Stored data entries
□ □ □ □
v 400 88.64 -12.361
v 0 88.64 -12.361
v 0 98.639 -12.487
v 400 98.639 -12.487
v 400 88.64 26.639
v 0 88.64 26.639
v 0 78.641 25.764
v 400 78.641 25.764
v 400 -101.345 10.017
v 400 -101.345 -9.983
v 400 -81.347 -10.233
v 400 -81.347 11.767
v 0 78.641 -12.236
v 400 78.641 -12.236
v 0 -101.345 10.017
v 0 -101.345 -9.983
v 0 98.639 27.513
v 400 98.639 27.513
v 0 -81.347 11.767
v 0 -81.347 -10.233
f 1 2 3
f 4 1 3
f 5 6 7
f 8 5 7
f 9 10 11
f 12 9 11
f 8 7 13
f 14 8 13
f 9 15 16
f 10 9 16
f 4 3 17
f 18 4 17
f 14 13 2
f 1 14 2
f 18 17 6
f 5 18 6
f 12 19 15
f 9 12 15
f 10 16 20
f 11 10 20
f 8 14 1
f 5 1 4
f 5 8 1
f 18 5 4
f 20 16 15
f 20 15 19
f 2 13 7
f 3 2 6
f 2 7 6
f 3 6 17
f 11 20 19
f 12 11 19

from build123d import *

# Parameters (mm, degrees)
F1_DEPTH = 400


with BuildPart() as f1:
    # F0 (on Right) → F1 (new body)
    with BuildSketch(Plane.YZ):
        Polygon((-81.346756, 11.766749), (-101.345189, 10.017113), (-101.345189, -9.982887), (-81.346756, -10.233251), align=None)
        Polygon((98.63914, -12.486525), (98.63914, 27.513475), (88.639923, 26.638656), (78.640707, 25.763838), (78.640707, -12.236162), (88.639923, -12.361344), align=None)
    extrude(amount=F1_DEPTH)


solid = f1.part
□ □ □ □
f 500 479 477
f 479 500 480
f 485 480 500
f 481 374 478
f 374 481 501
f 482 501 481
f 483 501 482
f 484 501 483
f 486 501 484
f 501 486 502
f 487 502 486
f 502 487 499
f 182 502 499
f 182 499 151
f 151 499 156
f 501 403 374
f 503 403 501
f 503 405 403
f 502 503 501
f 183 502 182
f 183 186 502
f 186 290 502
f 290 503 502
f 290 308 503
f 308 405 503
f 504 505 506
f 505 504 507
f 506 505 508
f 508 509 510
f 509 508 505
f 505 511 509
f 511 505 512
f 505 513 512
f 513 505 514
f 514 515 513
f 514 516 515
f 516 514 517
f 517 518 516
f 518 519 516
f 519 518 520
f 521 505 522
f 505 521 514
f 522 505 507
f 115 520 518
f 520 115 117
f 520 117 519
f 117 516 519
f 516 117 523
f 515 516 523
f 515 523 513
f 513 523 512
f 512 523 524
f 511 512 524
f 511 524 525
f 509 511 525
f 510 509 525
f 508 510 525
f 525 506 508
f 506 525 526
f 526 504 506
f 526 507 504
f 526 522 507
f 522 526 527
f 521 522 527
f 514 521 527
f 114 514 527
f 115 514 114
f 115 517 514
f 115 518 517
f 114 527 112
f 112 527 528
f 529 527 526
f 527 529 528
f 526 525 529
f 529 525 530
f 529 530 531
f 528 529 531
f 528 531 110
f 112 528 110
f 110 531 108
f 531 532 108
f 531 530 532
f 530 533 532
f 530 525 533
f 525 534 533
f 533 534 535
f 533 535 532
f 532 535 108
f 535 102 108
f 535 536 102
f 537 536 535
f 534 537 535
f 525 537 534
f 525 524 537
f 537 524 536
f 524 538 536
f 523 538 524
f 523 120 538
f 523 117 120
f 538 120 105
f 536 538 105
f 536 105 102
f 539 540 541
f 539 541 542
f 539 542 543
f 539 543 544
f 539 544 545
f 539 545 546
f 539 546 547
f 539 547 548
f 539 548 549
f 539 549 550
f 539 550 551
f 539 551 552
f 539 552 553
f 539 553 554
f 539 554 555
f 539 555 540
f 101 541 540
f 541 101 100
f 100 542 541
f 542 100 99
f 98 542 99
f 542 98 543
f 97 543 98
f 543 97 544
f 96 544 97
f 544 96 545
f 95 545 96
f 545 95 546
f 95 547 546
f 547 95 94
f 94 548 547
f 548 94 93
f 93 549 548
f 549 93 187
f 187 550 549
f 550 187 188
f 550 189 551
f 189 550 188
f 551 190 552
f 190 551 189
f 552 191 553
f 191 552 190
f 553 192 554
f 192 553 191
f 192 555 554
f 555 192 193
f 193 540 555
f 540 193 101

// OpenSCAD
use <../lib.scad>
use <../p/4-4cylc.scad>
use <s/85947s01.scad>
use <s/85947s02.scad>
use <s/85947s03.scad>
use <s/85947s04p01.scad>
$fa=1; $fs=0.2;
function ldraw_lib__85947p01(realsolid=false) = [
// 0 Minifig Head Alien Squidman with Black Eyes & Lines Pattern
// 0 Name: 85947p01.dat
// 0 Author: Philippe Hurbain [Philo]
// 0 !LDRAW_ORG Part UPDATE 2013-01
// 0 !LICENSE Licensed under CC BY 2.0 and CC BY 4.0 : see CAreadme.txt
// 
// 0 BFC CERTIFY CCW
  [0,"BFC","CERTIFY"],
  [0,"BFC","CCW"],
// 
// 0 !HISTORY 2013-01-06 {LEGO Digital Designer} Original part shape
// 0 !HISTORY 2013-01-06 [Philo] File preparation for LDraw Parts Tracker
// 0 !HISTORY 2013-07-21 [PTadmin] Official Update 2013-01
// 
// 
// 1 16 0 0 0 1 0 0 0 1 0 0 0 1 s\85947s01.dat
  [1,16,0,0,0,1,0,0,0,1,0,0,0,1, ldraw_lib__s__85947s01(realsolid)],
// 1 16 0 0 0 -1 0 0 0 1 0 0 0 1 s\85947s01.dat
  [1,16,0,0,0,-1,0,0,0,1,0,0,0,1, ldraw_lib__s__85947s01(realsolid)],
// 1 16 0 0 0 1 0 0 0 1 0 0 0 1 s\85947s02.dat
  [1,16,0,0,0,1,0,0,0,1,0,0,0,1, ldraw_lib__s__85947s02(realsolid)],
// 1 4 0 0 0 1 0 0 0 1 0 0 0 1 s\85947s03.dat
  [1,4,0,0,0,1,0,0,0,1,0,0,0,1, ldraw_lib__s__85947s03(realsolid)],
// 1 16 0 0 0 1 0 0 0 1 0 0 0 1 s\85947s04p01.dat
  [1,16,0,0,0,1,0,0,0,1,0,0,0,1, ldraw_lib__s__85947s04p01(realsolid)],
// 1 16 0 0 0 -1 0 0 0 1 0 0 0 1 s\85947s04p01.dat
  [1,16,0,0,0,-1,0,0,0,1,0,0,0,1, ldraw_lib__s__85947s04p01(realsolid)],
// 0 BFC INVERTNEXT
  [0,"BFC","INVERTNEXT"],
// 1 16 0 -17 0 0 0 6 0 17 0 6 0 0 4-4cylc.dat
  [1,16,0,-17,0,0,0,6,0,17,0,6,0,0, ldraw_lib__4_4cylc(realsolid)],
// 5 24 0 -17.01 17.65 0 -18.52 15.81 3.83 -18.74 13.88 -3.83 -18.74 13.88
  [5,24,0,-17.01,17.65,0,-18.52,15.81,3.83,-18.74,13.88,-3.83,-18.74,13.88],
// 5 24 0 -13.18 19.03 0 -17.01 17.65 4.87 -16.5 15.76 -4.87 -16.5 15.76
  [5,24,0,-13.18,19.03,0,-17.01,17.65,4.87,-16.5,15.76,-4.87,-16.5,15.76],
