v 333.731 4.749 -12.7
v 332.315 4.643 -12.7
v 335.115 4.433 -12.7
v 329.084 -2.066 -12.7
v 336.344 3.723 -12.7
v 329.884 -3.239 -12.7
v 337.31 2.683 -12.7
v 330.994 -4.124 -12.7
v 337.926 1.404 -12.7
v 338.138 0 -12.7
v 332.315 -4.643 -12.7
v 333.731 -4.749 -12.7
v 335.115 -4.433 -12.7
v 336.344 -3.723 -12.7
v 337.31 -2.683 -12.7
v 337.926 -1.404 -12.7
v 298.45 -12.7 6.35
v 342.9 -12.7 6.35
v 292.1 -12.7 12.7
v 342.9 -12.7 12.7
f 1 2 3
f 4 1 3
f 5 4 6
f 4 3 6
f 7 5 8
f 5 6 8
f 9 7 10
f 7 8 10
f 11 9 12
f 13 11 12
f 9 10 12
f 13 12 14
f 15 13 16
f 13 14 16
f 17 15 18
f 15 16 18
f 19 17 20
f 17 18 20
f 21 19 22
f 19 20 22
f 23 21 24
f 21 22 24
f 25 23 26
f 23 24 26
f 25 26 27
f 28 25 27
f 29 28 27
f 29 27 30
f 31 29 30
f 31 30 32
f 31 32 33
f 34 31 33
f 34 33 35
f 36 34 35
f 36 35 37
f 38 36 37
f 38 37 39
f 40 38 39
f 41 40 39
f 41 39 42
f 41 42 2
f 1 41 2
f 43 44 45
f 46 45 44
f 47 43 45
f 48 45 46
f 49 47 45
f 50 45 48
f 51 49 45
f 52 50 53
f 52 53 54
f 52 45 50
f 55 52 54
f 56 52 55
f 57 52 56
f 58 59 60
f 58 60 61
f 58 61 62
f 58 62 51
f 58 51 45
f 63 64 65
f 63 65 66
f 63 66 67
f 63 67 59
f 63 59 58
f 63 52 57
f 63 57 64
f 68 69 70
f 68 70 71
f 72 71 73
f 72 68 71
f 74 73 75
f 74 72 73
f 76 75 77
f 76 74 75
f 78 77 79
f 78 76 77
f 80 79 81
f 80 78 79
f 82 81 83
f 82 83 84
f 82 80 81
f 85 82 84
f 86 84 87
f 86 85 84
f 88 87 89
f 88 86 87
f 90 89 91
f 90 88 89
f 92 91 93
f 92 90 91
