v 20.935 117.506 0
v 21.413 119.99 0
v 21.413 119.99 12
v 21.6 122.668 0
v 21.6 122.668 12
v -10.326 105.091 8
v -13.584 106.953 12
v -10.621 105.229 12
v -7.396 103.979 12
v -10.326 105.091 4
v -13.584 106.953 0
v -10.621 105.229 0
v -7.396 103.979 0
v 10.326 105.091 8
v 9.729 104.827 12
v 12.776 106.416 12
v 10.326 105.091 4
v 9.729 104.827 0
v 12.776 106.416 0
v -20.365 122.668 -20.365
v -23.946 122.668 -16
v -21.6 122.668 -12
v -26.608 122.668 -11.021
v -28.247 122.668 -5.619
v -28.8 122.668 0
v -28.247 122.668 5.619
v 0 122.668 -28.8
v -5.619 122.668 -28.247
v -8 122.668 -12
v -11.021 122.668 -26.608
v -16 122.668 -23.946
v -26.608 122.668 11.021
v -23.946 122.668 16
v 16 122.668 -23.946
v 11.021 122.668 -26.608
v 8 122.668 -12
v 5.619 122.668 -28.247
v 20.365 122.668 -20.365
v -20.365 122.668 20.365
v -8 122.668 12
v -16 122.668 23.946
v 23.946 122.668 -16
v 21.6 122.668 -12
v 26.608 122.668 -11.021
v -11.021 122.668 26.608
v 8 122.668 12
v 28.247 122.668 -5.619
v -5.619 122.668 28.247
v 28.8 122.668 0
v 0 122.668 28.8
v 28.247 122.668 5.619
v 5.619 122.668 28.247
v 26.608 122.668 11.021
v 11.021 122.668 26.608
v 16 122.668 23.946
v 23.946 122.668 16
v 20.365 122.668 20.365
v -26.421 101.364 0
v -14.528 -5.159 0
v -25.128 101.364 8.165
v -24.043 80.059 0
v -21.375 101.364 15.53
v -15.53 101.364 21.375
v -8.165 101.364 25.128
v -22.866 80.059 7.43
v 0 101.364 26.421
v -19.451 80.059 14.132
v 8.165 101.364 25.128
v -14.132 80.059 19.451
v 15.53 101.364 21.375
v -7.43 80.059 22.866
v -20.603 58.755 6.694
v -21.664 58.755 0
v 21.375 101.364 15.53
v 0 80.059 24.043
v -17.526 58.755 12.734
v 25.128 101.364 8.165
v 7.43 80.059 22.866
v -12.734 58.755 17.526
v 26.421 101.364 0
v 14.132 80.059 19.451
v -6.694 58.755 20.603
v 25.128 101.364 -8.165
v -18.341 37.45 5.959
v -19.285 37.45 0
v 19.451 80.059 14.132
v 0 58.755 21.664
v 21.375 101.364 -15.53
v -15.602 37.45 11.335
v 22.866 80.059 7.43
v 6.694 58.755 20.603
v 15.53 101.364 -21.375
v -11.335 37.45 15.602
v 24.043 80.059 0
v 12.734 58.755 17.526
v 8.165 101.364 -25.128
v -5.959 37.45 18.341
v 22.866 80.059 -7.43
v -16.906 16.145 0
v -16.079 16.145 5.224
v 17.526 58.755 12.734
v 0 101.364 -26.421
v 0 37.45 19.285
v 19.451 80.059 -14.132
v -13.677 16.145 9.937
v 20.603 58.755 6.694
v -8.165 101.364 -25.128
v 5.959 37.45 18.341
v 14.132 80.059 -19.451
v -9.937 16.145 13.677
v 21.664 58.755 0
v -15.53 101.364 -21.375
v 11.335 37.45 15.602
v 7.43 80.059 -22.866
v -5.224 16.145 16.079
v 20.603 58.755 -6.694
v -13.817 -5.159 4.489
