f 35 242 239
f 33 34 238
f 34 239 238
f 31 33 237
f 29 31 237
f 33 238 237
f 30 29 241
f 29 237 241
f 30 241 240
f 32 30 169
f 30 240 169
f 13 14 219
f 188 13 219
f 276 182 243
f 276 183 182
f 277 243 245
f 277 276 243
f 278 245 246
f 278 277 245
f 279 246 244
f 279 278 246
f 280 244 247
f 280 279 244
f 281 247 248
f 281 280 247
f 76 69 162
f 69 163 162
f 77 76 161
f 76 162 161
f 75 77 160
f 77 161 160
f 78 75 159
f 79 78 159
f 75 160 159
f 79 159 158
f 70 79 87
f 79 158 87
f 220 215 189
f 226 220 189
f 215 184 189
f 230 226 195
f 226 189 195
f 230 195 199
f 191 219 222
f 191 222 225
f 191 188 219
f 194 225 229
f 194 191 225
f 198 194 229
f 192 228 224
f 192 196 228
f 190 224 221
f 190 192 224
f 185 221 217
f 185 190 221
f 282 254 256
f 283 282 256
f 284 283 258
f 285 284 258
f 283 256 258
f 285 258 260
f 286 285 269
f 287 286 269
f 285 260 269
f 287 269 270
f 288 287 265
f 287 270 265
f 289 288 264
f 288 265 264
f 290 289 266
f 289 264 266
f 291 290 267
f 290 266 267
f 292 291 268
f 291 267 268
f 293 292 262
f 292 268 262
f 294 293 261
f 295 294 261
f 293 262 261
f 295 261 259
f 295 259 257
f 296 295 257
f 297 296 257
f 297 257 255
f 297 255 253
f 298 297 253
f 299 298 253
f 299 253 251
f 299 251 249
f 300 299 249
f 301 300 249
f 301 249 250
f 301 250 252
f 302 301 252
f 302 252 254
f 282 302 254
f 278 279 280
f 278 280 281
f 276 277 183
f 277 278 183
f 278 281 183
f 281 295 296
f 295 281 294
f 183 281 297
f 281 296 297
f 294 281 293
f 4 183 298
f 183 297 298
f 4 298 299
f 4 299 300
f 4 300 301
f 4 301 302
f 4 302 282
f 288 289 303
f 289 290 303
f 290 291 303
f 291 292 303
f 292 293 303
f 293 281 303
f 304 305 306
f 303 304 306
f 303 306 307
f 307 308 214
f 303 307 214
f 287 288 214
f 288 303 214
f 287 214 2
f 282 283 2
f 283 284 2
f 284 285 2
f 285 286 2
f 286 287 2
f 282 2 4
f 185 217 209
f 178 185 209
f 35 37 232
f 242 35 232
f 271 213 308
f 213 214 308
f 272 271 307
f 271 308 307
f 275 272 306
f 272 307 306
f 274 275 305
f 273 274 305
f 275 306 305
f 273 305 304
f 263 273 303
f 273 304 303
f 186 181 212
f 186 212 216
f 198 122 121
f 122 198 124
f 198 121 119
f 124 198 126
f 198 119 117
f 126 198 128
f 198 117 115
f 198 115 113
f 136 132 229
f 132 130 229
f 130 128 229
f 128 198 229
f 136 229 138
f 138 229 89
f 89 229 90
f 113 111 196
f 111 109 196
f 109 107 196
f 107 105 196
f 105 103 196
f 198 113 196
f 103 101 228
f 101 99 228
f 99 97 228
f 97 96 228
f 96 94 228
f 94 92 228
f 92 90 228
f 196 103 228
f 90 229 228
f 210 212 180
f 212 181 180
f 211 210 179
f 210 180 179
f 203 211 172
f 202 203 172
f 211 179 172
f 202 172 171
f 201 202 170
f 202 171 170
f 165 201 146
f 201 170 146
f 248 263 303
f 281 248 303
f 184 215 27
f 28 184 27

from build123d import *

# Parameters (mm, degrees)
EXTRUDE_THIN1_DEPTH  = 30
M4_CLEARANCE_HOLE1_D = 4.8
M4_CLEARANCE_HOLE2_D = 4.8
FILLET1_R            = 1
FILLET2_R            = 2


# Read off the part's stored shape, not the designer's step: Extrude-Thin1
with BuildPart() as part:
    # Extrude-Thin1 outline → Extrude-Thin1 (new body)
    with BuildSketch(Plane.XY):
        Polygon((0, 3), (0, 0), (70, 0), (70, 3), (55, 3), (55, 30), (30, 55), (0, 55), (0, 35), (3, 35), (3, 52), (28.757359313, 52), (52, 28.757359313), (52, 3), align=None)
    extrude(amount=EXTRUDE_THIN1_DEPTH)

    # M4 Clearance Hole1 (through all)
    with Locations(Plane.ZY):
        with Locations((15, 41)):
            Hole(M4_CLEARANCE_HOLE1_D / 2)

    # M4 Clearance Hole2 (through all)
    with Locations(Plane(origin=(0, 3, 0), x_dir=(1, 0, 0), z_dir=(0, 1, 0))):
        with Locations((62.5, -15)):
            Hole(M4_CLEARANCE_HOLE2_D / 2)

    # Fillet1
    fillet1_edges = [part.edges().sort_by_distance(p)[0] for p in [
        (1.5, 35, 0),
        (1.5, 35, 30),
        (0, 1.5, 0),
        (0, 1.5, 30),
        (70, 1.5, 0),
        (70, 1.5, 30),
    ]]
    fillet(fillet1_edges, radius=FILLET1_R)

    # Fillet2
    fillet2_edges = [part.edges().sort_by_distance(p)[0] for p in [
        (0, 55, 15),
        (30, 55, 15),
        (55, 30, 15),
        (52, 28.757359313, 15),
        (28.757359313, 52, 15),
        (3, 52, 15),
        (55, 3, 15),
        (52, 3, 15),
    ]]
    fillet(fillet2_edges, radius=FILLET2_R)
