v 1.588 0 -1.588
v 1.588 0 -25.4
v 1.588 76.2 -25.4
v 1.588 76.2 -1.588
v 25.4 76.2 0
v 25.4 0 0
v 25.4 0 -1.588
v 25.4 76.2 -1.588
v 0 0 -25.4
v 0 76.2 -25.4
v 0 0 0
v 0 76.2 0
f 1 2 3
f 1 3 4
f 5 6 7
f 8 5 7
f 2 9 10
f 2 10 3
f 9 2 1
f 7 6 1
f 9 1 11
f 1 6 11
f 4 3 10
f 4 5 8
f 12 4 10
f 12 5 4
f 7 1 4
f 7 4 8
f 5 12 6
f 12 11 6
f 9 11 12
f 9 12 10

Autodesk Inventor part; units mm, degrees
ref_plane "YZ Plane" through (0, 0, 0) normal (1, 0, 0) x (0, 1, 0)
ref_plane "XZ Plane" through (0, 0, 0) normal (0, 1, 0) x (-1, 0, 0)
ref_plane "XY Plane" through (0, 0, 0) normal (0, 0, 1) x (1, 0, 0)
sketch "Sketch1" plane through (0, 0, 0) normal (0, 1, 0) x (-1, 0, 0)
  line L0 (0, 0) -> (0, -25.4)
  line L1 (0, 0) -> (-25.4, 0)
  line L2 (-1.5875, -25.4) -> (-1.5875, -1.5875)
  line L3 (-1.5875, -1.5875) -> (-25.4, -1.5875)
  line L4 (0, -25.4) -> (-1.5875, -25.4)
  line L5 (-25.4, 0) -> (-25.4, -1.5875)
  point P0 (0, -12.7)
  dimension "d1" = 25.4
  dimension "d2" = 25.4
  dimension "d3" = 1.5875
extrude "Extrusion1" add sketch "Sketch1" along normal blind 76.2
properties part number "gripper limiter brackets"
□ □ □ □
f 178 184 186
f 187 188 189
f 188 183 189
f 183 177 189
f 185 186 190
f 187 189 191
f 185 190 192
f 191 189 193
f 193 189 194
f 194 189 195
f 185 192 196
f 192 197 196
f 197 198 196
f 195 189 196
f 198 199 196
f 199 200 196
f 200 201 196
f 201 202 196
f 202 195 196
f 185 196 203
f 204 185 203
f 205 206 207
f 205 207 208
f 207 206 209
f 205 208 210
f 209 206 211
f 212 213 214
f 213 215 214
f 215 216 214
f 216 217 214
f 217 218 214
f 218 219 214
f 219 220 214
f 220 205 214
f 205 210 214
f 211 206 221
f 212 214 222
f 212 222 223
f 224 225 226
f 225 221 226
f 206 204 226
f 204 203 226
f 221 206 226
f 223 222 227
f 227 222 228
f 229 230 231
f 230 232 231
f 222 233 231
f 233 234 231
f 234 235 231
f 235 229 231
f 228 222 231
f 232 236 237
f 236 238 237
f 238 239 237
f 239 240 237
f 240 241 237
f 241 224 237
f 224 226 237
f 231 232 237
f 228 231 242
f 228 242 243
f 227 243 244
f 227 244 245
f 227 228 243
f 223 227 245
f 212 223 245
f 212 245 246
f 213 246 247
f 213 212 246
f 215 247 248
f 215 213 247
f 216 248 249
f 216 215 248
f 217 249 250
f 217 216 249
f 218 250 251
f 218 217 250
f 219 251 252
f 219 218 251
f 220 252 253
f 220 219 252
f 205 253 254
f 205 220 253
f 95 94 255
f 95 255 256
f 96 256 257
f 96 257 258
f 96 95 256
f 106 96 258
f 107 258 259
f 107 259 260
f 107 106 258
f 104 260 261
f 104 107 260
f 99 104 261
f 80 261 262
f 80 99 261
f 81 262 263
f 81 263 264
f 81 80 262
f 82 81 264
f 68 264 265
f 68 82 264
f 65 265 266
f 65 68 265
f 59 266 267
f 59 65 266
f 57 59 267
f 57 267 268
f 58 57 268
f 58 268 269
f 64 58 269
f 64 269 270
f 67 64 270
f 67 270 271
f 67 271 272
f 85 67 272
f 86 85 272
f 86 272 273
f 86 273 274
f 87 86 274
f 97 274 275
□ □ □ □
Word for word, restate the lines above from the line containing "v 12.776 106.416 12" through the line containing "v -8 122.668 -12", with both included and nothing else.

(Your solution)
v 12.776 106.416 12
v 10.326 105.091 4
v 9.729 104.827 0
v 12.776 106.416 0
v -20.365 122.668 -20.365
v -23.946 122.668 -16
v -21.6 122.668 -12
v -26.608 122.668 -11.021
v -28.247 122.668 -5.619
v -28.8 122.668 0
v -28.247 122.668 5.619
v 0 122.668 -28.8
v -5.619 122.668 -28.247
v -8 122.668 -12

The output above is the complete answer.